As a model system for the genetic analysis of neurons, Drosophila remains unsurpassed. Existing mutant lines are available for dissecting many cell biological processes and ongoing mutant screens continue to identify additional proteins of interest. Despite progress with RNAi in mammalian systems, a null allele remains the best guaranty of complete loss of function. Large collections of RNAi lines are also available in the fly at low cost with which to screen candidate genes (http://stockcenter.vdrc.at/control/main). Additionally, the ease of combining different mutants and transgenes in an individual organism enables studies of double mutants and phenotypic rescue with modified transgenes in an intact organism. Moreover, many mutations whose early lethality would prevent their analysis in a knockout mouse can be studied in the fly through genetic tricks to make mutations homozygous or express RNAi selectively in small subsets of neurons. In consequence, Drosophila has been used to establish many human neurodegenerative disease models, an endeavor justified by the high degree of similarity of their genome to our own and similarity of the resultant cellular phenotypes to human neurodegeneration (Bolino et al., 2004, Clark et al., 2006, Gunawardena et al., 2003, Wang et al., 2007). Overexpression of a normal or a disease‐related allele can be accomplished by crossing fly strains with cell type or tissue‐specific GAL4 drivers to the fly strains harboring the gene‐of‐interest downstream of a GAL4 binding site (UAS) (Brand and Perrimon, 1993).

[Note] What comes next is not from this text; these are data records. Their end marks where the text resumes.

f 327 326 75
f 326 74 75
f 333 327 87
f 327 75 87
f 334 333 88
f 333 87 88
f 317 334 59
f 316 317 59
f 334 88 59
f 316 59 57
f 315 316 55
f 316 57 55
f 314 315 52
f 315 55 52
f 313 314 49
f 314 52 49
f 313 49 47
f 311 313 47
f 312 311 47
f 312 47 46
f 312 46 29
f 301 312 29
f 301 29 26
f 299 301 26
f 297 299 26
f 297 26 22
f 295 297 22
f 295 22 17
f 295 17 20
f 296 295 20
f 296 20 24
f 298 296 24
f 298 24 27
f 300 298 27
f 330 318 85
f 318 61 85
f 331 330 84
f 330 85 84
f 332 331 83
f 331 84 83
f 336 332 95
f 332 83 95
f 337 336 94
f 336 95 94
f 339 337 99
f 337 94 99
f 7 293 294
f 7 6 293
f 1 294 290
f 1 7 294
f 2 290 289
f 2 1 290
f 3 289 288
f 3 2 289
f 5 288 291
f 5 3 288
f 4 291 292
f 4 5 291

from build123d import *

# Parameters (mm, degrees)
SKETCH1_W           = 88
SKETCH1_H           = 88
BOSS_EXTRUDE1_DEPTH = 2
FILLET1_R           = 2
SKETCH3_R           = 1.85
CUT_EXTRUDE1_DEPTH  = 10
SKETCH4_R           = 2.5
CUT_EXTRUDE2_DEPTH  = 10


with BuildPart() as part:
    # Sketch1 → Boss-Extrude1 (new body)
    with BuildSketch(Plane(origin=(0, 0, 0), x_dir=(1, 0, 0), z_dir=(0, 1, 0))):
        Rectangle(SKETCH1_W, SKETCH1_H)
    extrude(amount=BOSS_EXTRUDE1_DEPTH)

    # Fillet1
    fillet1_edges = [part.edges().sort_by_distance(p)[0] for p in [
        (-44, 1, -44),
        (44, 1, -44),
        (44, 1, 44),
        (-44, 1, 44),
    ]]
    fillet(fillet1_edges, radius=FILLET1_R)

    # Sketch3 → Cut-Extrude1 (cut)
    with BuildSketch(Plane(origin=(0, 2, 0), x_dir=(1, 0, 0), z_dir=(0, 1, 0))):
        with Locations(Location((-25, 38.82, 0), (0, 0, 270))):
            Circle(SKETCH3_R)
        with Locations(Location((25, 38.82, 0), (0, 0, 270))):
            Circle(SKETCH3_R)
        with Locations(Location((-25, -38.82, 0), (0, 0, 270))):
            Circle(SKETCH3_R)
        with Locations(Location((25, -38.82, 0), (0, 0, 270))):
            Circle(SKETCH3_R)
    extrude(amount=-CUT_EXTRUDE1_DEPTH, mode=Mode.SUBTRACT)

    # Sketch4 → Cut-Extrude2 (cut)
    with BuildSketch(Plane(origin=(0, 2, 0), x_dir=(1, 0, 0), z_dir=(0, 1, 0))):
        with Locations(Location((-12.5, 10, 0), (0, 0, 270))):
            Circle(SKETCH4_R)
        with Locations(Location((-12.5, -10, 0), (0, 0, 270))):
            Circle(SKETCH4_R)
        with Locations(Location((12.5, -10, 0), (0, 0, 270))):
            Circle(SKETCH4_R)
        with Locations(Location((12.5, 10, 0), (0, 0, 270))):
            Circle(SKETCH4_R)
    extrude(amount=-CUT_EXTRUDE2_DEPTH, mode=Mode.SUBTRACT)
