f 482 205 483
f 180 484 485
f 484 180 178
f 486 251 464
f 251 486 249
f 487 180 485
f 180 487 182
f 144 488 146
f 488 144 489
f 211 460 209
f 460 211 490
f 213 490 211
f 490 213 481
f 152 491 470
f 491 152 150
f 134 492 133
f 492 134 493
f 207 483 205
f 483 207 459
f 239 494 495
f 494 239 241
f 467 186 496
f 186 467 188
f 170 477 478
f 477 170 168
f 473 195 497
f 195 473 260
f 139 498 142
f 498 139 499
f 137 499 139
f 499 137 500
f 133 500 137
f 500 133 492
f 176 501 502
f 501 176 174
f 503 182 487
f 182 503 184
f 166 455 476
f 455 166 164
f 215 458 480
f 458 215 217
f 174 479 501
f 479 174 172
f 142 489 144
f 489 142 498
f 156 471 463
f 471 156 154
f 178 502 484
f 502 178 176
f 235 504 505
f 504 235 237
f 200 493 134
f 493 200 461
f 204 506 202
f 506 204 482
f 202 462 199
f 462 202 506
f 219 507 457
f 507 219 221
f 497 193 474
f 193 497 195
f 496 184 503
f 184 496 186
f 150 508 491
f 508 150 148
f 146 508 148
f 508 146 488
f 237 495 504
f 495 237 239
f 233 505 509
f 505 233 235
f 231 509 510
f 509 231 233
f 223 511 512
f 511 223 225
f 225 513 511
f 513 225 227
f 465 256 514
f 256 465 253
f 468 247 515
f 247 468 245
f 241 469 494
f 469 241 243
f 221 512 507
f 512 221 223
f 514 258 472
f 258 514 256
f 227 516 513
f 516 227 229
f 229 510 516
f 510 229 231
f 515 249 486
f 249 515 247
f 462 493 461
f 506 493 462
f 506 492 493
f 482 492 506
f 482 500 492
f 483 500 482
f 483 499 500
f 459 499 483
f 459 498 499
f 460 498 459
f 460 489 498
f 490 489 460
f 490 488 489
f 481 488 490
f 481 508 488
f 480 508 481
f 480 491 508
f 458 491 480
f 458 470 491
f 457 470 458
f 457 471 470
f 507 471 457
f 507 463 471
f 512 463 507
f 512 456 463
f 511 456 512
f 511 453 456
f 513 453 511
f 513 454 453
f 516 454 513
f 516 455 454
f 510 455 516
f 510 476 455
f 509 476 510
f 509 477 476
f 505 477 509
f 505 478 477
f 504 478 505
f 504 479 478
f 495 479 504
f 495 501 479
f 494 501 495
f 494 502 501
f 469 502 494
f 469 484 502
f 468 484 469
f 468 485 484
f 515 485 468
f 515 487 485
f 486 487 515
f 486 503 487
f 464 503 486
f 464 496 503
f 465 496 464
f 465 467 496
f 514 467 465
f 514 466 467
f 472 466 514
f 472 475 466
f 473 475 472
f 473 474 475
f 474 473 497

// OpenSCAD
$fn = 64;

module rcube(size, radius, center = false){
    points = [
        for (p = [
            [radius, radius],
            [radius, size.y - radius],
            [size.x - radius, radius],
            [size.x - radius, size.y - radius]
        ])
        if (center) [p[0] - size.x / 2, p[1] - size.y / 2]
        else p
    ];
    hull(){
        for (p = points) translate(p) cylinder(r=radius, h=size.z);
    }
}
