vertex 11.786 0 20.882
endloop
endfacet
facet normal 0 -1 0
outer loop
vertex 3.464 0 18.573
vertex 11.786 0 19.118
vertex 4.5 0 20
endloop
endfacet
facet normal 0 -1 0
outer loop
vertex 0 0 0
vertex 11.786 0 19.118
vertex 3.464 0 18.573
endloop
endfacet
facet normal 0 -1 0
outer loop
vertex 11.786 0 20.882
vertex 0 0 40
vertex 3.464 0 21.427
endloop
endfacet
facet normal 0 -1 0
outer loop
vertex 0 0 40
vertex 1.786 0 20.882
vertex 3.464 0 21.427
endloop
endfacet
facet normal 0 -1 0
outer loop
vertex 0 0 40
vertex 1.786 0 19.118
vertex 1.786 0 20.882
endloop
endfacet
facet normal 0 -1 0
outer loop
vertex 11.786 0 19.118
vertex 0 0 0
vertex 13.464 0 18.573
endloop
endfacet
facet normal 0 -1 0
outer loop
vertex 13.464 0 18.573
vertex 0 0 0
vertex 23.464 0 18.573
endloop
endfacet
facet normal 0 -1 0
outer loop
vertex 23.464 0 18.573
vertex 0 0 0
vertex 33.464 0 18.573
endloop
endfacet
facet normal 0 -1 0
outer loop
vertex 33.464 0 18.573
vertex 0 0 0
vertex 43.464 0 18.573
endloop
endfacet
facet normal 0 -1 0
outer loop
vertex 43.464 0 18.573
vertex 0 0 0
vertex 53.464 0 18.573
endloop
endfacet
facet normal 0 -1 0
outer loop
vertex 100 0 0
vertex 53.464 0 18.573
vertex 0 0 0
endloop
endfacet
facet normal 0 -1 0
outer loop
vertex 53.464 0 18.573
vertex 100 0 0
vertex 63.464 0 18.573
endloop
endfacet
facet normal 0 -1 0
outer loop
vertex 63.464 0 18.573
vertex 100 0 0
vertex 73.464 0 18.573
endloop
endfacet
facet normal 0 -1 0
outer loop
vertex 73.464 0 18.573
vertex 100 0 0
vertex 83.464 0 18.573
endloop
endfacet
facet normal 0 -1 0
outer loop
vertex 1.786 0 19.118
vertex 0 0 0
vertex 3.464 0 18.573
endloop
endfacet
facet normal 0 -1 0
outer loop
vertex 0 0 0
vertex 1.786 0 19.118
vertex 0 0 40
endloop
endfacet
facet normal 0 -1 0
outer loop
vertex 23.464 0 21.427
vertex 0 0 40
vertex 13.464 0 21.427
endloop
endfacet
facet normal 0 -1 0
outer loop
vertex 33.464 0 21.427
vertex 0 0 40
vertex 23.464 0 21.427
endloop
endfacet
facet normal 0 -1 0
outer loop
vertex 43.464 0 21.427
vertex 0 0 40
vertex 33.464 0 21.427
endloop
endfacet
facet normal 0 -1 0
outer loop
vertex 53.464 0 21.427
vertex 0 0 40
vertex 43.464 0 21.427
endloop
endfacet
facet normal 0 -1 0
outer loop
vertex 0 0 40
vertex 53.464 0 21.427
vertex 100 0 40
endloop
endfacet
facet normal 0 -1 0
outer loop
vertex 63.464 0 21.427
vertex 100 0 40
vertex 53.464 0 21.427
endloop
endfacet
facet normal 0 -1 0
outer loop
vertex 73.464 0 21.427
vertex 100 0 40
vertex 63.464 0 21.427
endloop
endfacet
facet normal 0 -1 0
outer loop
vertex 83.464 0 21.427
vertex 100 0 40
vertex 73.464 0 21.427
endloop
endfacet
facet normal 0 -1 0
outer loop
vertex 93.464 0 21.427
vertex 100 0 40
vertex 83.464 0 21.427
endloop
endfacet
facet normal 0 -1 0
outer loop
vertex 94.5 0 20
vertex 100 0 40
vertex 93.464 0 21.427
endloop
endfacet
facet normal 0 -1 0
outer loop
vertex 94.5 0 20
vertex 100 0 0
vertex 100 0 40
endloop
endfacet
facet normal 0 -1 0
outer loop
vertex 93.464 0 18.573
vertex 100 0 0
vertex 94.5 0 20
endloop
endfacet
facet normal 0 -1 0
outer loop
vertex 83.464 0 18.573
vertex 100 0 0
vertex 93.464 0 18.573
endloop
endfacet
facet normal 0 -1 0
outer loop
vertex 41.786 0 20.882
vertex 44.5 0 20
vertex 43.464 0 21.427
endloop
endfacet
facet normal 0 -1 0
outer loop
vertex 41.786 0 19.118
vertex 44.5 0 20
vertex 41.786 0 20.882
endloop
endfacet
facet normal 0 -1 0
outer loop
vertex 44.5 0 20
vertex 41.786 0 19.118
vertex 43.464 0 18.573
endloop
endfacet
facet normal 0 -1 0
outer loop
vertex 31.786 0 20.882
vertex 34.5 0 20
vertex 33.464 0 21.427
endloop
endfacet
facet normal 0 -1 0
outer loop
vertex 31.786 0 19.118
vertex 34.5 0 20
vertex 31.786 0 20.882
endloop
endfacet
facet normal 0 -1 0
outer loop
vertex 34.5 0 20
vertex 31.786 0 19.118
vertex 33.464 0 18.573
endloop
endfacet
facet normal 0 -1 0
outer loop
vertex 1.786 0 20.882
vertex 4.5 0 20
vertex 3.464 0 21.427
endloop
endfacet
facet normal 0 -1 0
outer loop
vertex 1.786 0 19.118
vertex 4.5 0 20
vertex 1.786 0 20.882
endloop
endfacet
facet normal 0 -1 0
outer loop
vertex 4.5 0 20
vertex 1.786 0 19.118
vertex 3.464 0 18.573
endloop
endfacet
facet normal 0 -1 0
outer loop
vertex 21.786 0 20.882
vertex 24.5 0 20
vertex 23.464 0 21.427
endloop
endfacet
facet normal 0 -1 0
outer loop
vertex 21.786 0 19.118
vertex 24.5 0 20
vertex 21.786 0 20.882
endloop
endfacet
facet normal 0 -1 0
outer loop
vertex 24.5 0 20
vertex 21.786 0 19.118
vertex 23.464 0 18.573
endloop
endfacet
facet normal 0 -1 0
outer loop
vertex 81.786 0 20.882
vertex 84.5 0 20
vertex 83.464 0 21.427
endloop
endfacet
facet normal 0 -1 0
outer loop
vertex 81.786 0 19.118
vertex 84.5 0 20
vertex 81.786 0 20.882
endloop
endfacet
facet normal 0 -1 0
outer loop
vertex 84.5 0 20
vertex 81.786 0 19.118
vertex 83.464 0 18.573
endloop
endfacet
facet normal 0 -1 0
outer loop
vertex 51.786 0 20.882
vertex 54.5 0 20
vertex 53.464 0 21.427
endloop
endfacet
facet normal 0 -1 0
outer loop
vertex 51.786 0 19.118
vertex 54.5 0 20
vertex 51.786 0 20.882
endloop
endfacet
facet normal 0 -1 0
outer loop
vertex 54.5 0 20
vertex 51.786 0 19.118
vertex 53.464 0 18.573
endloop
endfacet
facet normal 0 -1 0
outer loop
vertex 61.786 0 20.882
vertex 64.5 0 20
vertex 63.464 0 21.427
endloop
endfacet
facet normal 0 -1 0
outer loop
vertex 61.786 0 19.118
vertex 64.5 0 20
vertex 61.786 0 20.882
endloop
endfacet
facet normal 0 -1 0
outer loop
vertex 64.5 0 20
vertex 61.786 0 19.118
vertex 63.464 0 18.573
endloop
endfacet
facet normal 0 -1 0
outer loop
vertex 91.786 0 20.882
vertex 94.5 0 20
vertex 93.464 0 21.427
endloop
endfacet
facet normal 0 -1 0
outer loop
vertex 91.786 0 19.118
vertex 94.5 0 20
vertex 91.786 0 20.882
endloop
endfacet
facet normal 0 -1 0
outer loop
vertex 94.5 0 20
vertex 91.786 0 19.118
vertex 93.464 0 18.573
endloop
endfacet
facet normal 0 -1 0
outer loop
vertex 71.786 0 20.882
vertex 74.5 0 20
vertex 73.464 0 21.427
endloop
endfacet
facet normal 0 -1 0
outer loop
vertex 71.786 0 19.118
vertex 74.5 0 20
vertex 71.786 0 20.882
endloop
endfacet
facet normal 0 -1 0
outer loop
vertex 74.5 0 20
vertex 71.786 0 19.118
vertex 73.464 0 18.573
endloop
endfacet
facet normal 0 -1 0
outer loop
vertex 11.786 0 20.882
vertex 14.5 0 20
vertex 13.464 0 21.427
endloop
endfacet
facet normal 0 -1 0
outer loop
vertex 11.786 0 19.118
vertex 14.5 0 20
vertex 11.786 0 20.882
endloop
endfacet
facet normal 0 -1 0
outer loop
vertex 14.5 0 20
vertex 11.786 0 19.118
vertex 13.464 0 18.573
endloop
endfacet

For live‐imaging studies, the opaque cuticle of the adult fly poses an optical challenge and makes dissections more difficult. Therefore, most imaging studies have chosen the third‐instar larval stage for analysis. These larvae are easy to dissect and many mutants and transgenic lines of interest survive to this stage. Mutations that severely impair the transport of mitochondria may die before this stage, however; milton null alleles, for example, die in the first instar (Stowers et al., 2002). This need not preclude live imaging of mitochondria, however, though it does make the dissection more challenging and imaging in intact specimens through the cuticle may be preferred by those who have not mastered the dissection.

In Drosophila larvae, the cell bodies of central nervous system neurons form the cortex of the brain lobes and ventral nerve cord (VNC) and are bilaterally symmetrical. In the core of the VNC two parallel zones of neuropil lie to either side of the midline. It is in this neuropil where the axonal and dendritic projections of the cell bodies comingle and communicate. The complexity of the neuropil has, to date, made it unattractive for imaging studies of axonal transport. Instead, laboratories have focused on the nerves that issue from the VNC and extend to the body wall in each segment. These nerves include the axons of motorneurons that emanate from the VNC and terminate in well‐characterized neuromuscular junctions on larval body walls. These segmental nerves also contain sensory axons whose cell bodies reside in the body wall and whose axons extend into the VNC, with the opposite orientation of the motorneurons. Therefore, to know the polarity of mitochondrial movement in these nerves, it is necessary to selectively label a subset of neurons of either the sensory or motorneuron class. To date, this has principally been done by the selective expression in motorneurons of a fusion of GFP with a mitochondrial import signal (Miller et al., 2005, Pilling et al., 2006). In Section 3, we will introduce the protocols to analyze the axonal transport of mitochondria in Drosophila neuronal axons at the late larval stage (third instar) and will describe a variation on the method of Pilling et al. (2006) in which we selectively label mitochondria in one peptidergic axon per segmental nerve.